This is the third in a series of posts about Probate Records. In Part 1 I gave an quick overview of Probate Records and what information they can give us. In Part 2 we looked at Newfoundland and Prince Edward Island. Now we\’re going to look at Nova Scotia and New Brunswick.
From what I could find, there was or is no law in Nova Scotia requiring the Probate Process. However, if your ancestor had any kind of assets, they could not be distributed or settled legally without going through the courts. The process is done was done through the provincial Supreme Court\’s Probate Court. A complete overhaul of the Probate Process was done and came into effect on 1 October 2001. You can find the differences in the General Information section on the Supreme Court\’s web site. According to the rules on public access, Probate files have no restrictions on access once settled, unless ordered by a judge.

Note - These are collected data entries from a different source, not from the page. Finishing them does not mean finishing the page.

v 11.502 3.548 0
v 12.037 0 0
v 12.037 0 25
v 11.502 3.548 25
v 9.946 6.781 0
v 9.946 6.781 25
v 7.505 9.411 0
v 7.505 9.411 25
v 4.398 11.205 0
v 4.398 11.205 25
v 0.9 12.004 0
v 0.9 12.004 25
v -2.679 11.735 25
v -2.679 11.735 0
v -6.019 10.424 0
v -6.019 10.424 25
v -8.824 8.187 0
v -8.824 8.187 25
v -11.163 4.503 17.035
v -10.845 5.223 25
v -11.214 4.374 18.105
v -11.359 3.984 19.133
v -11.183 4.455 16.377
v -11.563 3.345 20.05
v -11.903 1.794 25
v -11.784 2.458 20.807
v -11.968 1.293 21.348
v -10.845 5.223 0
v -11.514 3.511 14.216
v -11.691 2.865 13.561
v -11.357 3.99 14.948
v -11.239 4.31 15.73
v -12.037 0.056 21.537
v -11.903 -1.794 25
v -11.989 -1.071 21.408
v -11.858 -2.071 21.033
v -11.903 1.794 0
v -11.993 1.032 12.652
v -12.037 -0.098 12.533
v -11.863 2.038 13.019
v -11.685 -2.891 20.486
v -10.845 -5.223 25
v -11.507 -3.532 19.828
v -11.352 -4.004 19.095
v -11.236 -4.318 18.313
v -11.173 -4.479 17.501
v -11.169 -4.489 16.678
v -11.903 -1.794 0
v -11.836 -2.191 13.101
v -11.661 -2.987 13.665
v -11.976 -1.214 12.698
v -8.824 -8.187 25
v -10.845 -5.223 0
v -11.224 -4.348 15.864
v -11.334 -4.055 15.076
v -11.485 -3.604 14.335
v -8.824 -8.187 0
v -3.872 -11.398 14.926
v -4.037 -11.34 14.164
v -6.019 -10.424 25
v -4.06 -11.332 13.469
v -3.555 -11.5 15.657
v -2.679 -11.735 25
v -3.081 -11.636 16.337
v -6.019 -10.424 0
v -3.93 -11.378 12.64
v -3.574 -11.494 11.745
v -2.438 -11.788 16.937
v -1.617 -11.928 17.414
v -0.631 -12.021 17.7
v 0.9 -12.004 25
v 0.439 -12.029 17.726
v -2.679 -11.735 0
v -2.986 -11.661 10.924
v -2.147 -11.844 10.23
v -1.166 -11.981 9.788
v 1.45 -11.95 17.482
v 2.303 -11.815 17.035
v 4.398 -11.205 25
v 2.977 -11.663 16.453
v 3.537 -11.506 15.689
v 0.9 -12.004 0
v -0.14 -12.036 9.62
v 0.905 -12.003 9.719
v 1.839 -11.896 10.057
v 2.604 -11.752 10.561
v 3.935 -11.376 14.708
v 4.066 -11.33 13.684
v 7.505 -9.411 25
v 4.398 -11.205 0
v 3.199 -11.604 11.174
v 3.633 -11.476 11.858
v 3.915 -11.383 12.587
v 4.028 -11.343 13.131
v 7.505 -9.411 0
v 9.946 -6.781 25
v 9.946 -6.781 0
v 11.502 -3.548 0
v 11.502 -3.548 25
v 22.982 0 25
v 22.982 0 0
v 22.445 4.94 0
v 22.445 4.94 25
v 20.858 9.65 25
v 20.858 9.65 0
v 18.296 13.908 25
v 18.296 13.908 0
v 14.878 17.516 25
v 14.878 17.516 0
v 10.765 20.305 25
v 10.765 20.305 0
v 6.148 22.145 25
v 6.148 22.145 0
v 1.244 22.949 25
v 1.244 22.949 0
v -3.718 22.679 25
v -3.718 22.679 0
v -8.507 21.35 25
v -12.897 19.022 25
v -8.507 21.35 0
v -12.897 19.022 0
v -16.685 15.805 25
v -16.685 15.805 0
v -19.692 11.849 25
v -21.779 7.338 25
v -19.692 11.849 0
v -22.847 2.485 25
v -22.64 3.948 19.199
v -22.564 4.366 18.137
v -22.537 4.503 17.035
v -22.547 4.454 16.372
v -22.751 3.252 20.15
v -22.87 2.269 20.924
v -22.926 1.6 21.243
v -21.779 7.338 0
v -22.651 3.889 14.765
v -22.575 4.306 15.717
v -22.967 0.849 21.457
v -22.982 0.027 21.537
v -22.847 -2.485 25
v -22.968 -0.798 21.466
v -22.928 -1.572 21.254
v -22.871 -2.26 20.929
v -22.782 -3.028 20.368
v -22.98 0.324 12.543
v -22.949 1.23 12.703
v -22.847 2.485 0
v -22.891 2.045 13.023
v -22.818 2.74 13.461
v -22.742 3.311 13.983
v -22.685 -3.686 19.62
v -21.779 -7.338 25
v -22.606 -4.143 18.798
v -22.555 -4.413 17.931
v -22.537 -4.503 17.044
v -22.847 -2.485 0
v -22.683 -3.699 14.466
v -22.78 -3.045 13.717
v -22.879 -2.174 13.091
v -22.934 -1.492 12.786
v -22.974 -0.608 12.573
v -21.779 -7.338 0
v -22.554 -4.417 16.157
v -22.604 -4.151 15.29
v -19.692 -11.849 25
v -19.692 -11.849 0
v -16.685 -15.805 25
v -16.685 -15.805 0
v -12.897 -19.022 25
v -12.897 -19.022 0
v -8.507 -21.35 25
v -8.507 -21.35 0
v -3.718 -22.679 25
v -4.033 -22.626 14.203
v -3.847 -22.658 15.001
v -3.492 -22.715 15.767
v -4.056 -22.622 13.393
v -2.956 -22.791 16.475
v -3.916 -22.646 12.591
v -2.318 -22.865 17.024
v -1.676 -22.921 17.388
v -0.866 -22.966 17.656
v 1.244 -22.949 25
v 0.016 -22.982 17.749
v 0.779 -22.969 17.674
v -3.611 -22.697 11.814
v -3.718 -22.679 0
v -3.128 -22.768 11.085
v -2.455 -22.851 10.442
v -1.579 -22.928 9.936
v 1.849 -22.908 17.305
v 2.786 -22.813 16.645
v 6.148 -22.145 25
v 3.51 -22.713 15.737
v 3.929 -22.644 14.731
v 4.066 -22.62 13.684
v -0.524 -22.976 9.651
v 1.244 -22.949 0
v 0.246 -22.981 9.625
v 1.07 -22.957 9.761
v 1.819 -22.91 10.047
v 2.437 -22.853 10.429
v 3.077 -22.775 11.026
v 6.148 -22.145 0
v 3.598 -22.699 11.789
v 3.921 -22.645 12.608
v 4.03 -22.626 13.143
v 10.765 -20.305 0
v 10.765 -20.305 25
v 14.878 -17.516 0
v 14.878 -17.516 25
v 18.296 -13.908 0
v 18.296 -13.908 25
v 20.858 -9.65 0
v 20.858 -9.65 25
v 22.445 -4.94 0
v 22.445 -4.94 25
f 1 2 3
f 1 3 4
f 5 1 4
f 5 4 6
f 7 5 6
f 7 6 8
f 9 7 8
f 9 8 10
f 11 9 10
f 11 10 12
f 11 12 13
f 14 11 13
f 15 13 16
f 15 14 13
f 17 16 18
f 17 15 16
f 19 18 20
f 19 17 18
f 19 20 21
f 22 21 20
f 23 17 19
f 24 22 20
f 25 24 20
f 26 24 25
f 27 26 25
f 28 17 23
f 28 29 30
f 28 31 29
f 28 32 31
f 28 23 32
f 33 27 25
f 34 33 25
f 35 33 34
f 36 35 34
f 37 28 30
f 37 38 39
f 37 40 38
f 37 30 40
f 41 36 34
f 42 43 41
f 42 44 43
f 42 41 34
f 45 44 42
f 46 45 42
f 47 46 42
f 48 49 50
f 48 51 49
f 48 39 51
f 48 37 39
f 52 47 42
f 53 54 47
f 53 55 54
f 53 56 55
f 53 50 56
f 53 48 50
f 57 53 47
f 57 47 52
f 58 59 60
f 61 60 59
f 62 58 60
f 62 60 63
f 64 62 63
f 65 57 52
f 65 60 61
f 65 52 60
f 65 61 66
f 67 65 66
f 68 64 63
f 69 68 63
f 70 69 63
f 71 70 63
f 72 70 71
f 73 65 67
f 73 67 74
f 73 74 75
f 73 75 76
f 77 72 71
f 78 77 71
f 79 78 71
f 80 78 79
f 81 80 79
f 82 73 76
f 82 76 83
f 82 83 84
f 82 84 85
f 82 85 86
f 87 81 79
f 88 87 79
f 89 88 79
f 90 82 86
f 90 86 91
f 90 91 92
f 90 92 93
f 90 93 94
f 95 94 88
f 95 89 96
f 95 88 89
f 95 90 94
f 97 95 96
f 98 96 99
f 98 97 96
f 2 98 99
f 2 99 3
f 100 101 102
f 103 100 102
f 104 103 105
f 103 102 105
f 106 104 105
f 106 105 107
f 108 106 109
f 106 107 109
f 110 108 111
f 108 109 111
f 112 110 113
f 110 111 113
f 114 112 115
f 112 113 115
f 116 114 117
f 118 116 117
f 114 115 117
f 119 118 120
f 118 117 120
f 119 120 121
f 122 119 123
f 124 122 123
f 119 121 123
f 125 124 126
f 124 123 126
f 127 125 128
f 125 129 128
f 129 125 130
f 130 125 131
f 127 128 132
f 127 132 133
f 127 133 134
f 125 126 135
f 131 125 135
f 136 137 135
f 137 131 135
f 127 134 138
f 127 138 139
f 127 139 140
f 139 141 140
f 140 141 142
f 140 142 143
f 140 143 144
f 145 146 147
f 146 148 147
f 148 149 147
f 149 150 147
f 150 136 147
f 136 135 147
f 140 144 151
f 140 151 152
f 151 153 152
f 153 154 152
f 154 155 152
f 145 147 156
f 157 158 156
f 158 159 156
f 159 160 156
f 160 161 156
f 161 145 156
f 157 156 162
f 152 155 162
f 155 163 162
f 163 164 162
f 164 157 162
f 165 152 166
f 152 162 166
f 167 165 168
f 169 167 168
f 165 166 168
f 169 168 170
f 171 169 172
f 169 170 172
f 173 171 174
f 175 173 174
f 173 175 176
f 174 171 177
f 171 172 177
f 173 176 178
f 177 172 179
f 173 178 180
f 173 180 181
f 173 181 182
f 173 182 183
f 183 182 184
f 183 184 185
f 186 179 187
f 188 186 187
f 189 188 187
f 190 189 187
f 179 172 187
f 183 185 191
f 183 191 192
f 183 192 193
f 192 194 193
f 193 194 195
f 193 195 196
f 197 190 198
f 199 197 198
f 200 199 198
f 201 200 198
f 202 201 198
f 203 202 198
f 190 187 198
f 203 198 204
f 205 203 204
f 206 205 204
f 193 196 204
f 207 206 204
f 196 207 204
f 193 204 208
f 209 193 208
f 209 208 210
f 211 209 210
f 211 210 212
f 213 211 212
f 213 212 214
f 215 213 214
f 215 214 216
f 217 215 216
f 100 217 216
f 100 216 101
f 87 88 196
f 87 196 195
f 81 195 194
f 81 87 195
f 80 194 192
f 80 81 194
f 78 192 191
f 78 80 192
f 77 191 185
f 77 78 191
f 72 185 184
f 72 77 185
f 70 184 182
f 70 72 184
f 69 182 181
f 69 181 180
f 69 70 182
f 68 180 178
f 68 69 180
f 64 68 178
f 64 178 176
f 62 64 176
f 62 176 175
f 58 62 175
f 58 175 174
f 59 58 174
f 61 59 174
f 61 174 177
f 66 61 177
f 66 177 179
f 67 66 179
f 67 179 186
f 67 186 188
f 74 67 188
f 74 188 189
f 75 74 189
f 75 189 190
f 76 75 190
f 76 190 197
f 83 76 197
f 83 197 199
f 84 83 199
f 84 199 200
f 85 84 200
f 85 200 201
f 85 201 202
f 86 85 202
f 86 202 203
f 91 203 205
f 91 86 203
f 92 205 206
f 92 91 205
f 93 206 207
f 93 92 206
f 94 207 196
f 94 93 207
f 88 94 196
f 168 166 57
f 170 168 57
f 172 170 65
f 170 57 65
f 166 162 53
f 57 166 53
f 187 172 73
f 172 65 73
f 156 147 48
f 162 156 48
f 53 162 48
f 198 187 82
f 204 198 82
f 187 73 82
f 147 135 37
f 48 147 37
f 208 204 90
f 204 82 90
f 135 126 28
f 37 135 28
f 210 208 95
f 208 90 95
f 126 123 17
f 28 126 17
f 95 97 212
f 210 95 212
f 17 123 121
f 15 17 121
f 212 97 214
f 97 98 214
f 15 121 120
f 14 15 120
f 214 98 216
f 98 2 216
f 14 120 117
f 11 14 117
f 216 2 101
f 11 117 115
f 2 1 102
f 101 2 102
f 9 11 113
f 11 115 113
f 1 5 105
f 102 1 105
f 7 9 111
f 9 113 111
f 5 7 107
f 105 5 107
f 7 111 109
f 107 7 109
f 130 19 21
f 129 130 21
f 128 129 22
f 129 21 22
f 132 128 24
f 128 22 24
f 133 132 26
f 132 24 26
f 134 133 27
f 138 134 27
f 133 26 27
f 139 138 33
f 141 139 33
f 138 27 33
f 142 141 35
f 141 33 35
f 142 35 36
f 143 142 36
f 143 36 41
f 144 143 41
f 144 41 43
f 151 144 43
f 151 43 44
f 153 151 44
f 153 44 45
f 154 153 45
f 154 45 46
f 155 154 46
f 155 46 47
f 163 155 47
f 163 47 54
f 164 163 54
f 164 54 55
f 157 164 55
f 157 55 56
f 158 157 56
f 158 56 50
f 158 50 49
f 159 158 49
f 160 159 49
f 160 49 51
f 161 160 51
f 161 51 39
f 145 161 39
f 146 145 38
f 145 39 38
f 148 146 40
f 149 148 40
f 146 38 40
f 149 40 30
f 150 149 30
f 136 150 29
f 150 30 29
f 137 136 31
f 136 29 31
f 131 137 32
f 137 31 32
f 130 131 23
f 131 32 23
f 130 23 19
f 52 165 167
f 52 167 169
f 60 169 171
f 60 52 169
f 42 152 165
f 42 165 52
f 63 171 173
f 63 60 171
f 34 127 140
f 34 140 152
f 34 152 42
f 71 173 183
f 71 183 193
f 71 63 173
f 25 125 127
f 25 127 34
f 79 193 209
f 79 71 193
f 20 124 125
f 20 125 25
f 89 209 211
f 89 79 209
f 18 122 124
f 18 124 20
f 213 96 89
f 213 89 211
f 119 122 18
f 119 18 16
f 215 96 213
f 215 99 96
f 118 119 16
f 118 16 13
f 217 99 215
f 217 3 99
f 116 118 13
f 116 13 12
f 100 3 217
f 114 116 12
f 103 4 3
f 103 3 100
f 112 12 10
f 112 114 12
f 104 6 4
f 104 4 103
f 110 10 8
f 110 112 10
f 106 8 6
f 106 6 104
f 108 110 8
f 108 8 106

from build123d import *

# Parameters (mm, degrees)
F0_R     = 22.982221
F0_R_2   = 12.037169
F1_DEPTH = 25
F2_R     = 4.502858
F3_DEPTH = 22.983221
F4_R     = 4.066018
F5_DEPTH = 22.983221


with BuildPart() as f1:
    # F0 (on Top) → F1 (new body)
    with BuildSketch(Plane.XY):
        Circle(F0_R)
        Circle(F0_R_2, mode=Mode.SUBTRACT)
    extrude(amount=F1_DEPTH)

    # F2 (on Right) → F3 (cut, through all)
    with BuildSketch(Plane.YZ):
        with Locations((0, 17.034575)):
            Circle(F2_R)
    extrude(amount=-F3_DEPTH, mode=Mode.SUBTRACT)

    # F4 (on Front) → F5 (cut, through all)
    with BuildSketch(Plane.XZ):
        with Locations((0, 13.683511)):
            Circle(F4_R)
    extrude(amount=F5_DEPTH, mode=Mode.SUBTRACT)


solid = f1.part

Here\’s where you can access wills and probate records:
1. Nova Scotia Archives has wills and probate records microfilmed and available to view onsite only. Thee records go from the 1700\’s to the mid twentieth century. From some quick searchs of their holdings, these can be found not only in Court Record sets, but in Family fonds as well. I also saw at least one record collection that belonged to a lawyer, and involved his case files. Talking to Archives staff looks to be the best course of action when you visit. A brief description of what they carry is here.
2. Originals of all proceedings are kept by the Registrar\’s office of the Probate Court. The Nova Scotia Courts website has an online database of their decisions from 2002 on wards here. This only gives you the final decision of the court, but from there you can get the information you need to find the actual files. There are several Probate Court locations around the province. To locate which courthouse would possibly hold your ancestor\’s records, use the interactive map here.
3. Family Search has a browse only collection on their website called Nova Scotia Probate Records 1760-1993. They are divided by County, then by year range. It will take some time but it will be worth it.
4. Check out local genealogical and historical societies from your ancestor\’s area. Many of them have transcribed records. Some are available freely, while some may require a membership. Fees for membership can be well worth your while if you have many ancestors in a particular area.
Probate was not mandatory in New Brunswick. Like Nova Scotia, there is a special Probate Division of the Supreme Court, and records are held there. You can access contact information of the Probate Courts in the province here.
Other resources for records are the following:
1. The New Brunswick Courts web site has a searchable index. You will need to input a last name, then click on advanced options to narrow it down to probate and the area your ancestor\’s file will be in. This is a work in progress. All cases from 2010 to now are indexed. They are continually adding earlier years. Clicking on the results will give you a brief description of the particulars, and where to access the complete file.
2. The Provincial Archives of New Brunswick has wills and probate files in their holdings. These are not online. You will need to access the County Guides to see your area of interest\’s holdings. Some records have been microfilmed, and the PANB participates in inter library loan. Remember that county boundaries were quite fluid for a lot of years. You may have to look at a different County to get the information you need.
3. The PANB also has an online database of brief abstracts for over 2,000 files here. It is indexed several different ways. It is nowhere near as good as having a look at the complete record, but can give you a good starting point on further research.
4. If your ancestor was a New Brunswick Loyalist, check out the UNB\’s Loyalist Collection. The microfilms can be accessed through inter library loan, and they also do some research for others.
5. As with Nova Scotia, there are many local genealogical and historical societies in the province. Do a Google search to see which ones pertain to your area of interest. You never know if one of their volunteers has put together a collection.